Statt dessen haben wir bei jemandem geschlafen, der mir am nächsten Morgen erklärte, meine Kopfschmerzen stammten von Sonneneruptionen, die gerade besonders stark seien, weil die vielen Alienschiffe, die gerade um die Erde liegen, dauernd in die Sonne fliegen. Daher meine Kopfschmerzen am Folgetag eines Festivals, auf dem ich gut einen dreiviertel Liter Wodka Orangensaft getrunken habe! Als ich das dann wusste, waren meine Kopfschmerzen schlagartig weg. Danach hat er uns dann noch erzählt, dass es eine Familie gäbe, die das Geld auf der ganzen Welt druckt und beherrscht, bis auf vier Länder, die jetzt gerade angegriffen werden. Diese Länder sind natürlich überhaupt wunderbare Länder und die Machthaber foltern ihre Bürger auch garnicht (meinte dieser Mensch weiter). Die Familie, die das alles kann seit Jahrhunderten schon, das ist natürlich die Familie Rothschild. Ihr hattet es schon vorher erraten? War zu einfach, oder? Ja, wer an Sonnenerruptionen glaubt anstatt an Alkohol-Kopfschmerzen, der glaubt auch an die Rothschilds, es war tatsächlich zu einfach.

So kommt man von Krieg zu Krieg zu Krieg. Es sind kriegerische Wochen.

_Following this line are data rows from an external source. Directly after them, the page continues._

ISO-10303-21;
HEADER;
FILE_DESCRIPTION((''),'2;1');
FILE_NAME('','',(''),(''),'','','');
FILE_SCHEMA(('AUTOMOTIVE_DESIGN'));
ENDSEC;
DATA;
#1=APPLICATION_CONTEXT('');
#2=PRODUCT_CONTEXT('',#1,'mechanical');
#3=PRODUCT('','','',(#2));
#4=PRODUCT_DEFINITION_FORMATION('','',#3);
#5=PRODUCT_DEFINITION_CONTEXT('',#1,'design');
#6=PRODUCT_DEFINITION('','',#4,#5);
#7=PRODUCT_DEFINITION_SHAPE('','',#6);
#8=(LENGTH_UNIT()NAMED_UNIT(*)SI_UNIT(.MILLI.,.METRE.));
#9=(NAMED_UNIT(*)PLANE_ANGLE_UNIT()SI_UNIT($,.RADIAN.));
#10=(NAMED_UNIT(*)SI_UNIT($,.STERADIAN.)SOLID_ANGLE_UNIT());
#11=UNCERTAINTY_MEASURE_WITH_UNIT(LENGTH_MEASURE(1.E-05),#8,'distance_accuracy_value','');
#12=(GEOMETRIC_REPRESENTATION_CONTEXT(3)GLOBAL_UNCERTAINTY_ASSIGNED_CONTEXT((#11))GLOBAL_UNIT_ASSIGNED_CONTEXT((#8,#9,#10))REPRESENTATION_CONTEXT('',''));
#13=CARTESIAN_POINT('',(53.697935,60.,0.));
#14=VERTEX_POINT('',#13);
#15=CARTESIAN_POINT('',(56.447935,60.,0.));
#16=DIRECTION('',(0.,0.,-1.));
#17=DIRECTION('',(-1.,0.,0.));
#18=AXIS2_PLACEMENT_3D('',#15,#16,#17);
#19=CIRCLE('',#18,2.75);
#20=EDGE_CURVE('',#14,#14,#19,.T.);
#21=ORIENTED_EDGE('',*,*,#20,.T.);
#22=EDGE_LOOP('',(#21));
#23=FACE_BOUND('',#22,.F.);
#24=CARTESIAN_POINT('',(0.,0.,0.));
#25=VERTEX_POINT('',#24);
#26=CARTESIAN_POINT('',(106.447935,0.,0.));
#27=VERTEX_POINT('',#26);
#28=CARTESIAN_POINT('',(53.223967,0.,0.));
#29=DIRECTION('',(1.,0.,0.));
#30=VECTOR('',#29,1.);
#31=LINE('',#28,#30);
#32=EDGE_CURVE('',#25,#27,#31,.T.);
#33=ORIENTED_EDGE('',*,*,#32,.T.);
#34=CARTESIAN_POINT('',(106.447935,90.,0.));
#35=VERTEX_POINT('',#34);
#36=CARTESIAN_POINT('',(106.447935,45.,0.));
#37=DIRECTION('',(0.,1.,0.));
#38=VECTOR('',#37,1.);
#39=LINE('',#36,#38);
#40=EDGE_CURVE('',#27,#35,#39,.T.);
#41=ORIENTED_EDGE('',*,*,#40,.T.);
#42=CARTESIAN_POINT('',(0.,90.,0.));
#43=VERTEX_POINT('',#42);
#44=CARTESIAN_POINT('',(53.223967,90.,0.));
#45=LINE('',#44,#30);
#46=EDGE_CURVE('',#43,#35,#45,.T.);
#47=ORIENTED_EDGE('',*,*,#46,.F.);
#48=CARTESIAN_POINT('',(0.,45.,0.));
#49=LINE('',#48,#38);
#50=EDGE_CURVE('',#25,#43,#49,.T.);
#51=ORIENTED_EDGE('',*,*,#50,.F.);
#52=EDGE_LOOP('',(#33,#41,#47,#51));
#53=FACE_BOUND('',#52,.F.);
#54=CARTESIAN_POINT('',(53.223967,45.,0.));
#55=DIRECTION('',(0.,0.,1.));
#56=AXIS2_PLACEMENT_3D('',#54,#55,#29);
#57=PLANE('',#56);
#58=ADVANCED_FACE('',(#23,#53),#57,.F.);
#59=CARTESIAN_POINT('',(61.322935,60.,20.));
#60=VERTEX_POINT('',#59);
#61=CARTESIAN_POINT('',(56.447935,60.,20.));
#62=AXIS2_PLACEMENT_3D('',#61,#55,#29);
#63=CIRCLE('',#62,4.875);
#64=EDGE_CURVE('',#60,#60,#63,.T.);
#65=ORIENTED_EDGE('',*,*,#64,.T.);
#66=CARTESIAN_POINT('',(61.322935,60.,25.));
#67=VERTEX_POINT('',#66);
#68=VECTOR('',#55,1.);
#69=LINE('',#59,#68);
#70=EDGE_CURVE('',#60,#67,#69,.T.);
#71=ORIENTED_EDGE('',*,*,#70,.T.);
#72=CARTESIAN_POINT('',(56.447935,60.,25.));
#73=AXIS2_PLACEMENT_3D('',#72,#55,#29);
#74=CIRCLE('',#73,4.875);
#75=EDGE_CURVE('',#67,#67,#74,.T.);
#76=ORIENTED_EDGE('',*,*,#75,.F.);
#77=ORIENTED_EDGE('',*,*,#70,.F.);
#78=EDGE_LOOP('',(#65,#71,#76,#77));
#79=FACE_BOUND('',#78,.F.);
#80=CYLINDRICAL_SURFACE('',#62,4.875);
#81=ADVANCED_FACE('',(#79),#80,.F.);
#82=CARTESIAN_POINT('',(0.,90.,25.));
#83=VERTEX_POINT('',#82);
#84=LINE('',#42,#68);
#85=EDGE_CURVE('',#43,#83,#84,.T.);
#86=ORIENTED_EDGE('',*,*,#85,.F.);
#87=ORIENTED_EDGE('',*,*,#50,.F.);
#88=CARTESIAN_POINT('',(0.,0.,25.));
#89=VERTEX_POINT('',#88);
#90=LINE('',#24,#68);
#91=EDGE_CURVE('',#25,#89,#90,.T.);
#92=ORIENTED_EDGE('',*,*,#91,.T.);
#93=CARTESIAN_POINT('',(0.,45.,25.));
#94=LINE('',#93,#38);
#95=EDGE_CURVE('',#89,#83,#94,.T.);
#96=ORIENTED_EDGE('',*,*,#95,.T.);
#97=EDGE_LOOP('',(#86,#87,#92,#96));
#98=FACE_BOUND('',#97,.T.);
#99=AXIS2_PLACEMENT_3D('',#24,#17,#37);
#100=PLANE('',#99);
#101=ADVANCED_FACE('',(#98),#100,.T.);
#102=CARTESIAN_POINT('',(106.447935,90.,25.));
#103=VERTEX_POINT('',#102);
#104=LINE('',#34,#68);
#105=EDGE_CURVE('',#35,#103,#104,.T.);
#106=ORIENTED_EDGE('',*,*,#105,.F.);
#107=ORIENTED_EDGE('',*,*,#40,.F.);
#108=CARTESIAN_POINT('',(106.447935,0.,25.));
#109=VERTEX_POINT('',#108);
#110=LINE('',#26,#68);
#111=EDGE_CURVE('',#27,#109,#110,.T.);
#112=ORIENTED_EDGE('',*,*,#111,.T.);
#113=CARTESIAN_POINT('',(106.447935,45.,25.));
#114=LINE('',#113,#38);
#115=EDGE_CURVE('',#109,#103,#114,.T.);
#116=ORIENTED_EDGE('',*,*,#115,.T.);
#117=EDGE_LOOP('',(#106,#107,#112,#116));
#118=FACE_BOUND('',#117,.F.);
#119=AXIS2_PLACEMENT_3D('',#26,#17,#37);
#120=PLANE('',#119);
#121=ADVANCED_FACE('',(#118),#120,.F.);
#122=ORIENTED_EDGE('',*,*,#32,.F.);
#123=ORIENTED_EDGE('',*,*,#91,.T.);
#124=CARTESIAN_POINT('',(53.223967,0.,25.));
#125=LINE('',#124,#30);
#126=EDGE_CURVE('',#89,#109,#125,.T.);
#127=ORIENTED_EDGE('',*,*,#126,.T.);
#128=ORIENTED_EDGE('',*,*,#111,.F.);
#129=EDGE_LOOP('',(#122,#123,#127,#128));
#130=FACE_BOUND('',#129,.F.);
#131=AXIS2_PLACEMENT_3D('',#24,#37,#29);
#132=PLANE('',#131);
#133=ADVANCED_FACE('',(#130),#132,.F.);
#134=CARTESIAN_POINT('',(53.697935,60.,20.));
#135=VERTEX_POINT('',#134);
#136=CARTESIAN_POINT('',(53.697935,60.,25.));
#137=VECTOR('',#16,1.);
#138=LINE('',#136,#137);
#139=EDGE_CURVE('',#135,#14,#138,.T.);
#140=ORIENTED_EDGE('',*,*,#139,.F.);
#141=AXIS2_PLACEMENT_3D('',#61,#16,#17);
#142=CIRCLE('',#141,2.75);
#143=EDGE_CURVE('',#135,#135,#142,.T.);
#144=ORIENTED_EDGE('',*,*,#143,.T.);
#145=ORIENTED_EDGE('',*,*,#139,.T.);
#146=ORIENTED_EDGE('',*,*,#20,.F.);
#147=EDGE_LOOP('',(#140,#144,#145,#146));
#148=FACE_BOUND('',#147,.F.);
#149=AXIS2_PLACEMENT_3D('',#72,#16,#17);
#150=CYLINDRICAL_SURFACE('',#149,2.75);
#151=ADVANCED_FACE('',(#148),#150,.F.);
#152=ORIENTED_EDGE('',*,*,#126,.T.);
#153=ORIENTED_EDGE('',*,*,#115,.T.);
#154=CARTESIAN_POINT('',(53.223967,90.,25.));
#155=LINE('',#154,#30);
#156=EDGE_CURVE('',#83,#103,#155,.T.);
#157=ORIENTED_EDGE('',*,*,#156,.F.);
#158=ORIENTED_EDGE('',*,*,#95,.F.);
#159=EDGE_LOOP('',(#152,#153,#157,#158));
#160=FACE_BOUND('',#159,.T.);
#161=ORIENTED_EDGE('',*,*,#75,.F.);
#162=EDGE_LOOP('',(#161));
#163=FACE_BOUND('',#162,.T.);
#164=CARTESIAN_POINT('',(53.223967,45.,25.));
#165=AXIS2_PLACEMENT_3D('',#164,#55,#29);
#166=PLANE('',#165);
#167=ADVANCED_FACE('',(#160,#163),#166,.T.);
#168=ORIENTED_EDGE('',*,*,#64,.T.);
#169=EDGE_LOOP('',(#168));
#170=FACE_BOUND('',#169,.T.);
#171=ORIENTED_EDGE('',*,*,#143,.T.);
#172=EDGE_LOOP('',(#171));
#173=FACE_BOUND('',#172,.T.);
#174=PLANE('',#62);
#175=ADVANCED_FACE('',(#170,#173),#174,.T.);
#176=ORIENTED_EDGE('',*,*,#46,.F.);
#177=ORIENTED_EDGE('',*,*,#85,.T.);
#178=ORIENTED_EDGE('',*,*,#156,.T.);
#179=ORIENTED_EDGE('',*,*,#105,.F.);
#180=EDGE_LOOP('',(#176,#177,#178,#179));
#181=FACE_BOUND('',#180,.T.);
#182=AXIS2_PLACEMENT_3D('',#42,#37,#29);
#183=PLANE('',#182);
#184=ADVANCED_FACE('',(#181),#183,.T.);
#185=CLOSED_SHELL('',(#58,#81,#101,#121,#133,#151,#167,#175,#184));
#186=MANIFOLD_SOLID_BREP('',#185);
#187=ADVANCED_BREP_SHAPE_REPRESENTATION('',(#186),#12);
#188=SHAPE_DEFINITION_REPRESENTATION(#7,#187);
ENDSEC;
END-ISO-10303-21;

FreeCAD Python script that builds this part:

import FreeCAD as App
import Part
import Sketcher

V = App.Vector

doc = App.newDocument("Part")
params = doc.addObject("Spreadsheet::Sheet", "Params")
for row, (alias, value) in enumerate([
    ("sketch1_height", "90 mm"),
    ("pad1_length", "25 mm"),
    ("sketch2_diameter", "5.5 mm"),
    ("hole_diameter", "5.5 mm"),
    ("hole_cbore_diameter", "9.75 mm"),
    ("hole_cbore_depth", "5 mm"),
], start=1):
    params.set(f"A{row}", alias)
    params.set(f"B{row}", "=" + value)
    params.setAlias(f"B{row}", alias)

body = doc.addObject("PartDesign::Body", "Body")

# Sketch on XY plane
sketch1 = body.newObject("Sketcher::SketchObject", "Sketch")
sketch1.AttachmentSupport = (doc.getObject("XY_Plane"), [""])
sketch1.MapMode = "FlatFace"
sketch1.addGeometry([
    Part.LineSegment(V(0, 90, 0), V(0, 0, 0)),
    Part.LineSegment(V(0, 0, 0), V(106, 0, 0)),
    Part.LineSegment(V(106, 0, 0), V(106, 90, 0)),
    Part.LineSegment(V(106, 90, 0), V(0, 90, 0)),
], False)
sketch1.addConstraint([
    Sketcher.Constraint("Coincident", 0, 2, 1, 1),
    Sketcher.Constraint("Coincident", 1, 2, 2, 1),
    Sketcher.Constraint("Coincident", 2, 2, 3, 1),
    Sketcher.Constraint("Coincident", 3, 2, 0, 1),
    Sketcher.Constraint("Vertical", 0),
    Sketcher.Constraint("Horizontal", 1),
    Sketcher.Constraint("Vertical", 2),
    Sketcher.Constraint("Horizontal", 3),
    Sketcher.Constraint("Coincident", 0, 2, -1, 1),
    Sketcher.Constraint("DistanceY", 0, 2, 0, 1, 90.0),
    Sketcher.Constraint("DistanceX", 1, 1, 1, 2, 106.447935),
])
sketch1.setExpression("Constraints[9]", "Params.sketch1_height")
pad1 = body.newObject("PartDesign::Pad", "Pad")
pad1.Profile = sketch1
pad1.setExpression("Length", "Params.pad1_length")

# Sketch on XY plane
sketch2 = body.newObject("Sketcher::SketchObject", "Sketch001")
sketch2.AttachmentSupport = (doc.getObject("XY_Plane"), [""])
sketch2.MapMode = "FlatFace"
sketch2.AttachmentOffset = App.Placement(V(0, 0, 25), App.Rotation())
sketch2.addGeometry(Part.Circle(V(56.4, 60, 0), V(0, 0, 1), 2.8), False)
sketch2.addConstraint([
    Sketcher.Constraint("Diameter", 0, 5.5),
    Sketcher.Constraint("DistanceY", -1, 1, 0, 3, 60.0),
    Sketcher.Constraint("DistanceX", -1, 1, 0, 3, 56.447935),
])
sketch2.setExpression("Constraints[0]", "Params.sketch2_diameter")
doc.recompute()
hole = body.newObject("PartDesign::Hole", "Hole")
hole.Profile = sketch2
hole.ThreadType = "None"
hole.setExpression("Diameter", "Params.hole_diameter")
hole.DepthType = "ThroughAll"
hole.HoleCutType = "Counterbore"
hole.setExpression("HoleCutDiameter", "Params.hole_cbore_diameter")
hole.setExpression("HoleCutDepth", "Params.hole_cbore_depth")

doc.recompute()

Dennoch will ich nicht inne halten und Frieden finden. Einerseits habe ich immer noch meinen Lauf, andererseits habe ich Angst davor, stehen zu bleiben. Etwas ist hinter mir her, etwas großes, ungeheures, und es wird mich verschlingen wie der Matsch auf dem Festival wenn ich stehen bleibe, wird mich in Fetzen reißen wie eine Fliegerbombe, und niemand wird mir helfen können, denn im Weltall bei den Aliens hört niemand dich schreien. Vielleicht ist Friede nicht automatisch Ruhe, vielleicht ist Ruhe auch manchmal der Krieg. Wie wäre es, wenn wir den Stillstand zum Krieg erklären und den Lauf zum Frieden? Lasst es uns umdrehen: Laufet hin in Frieden.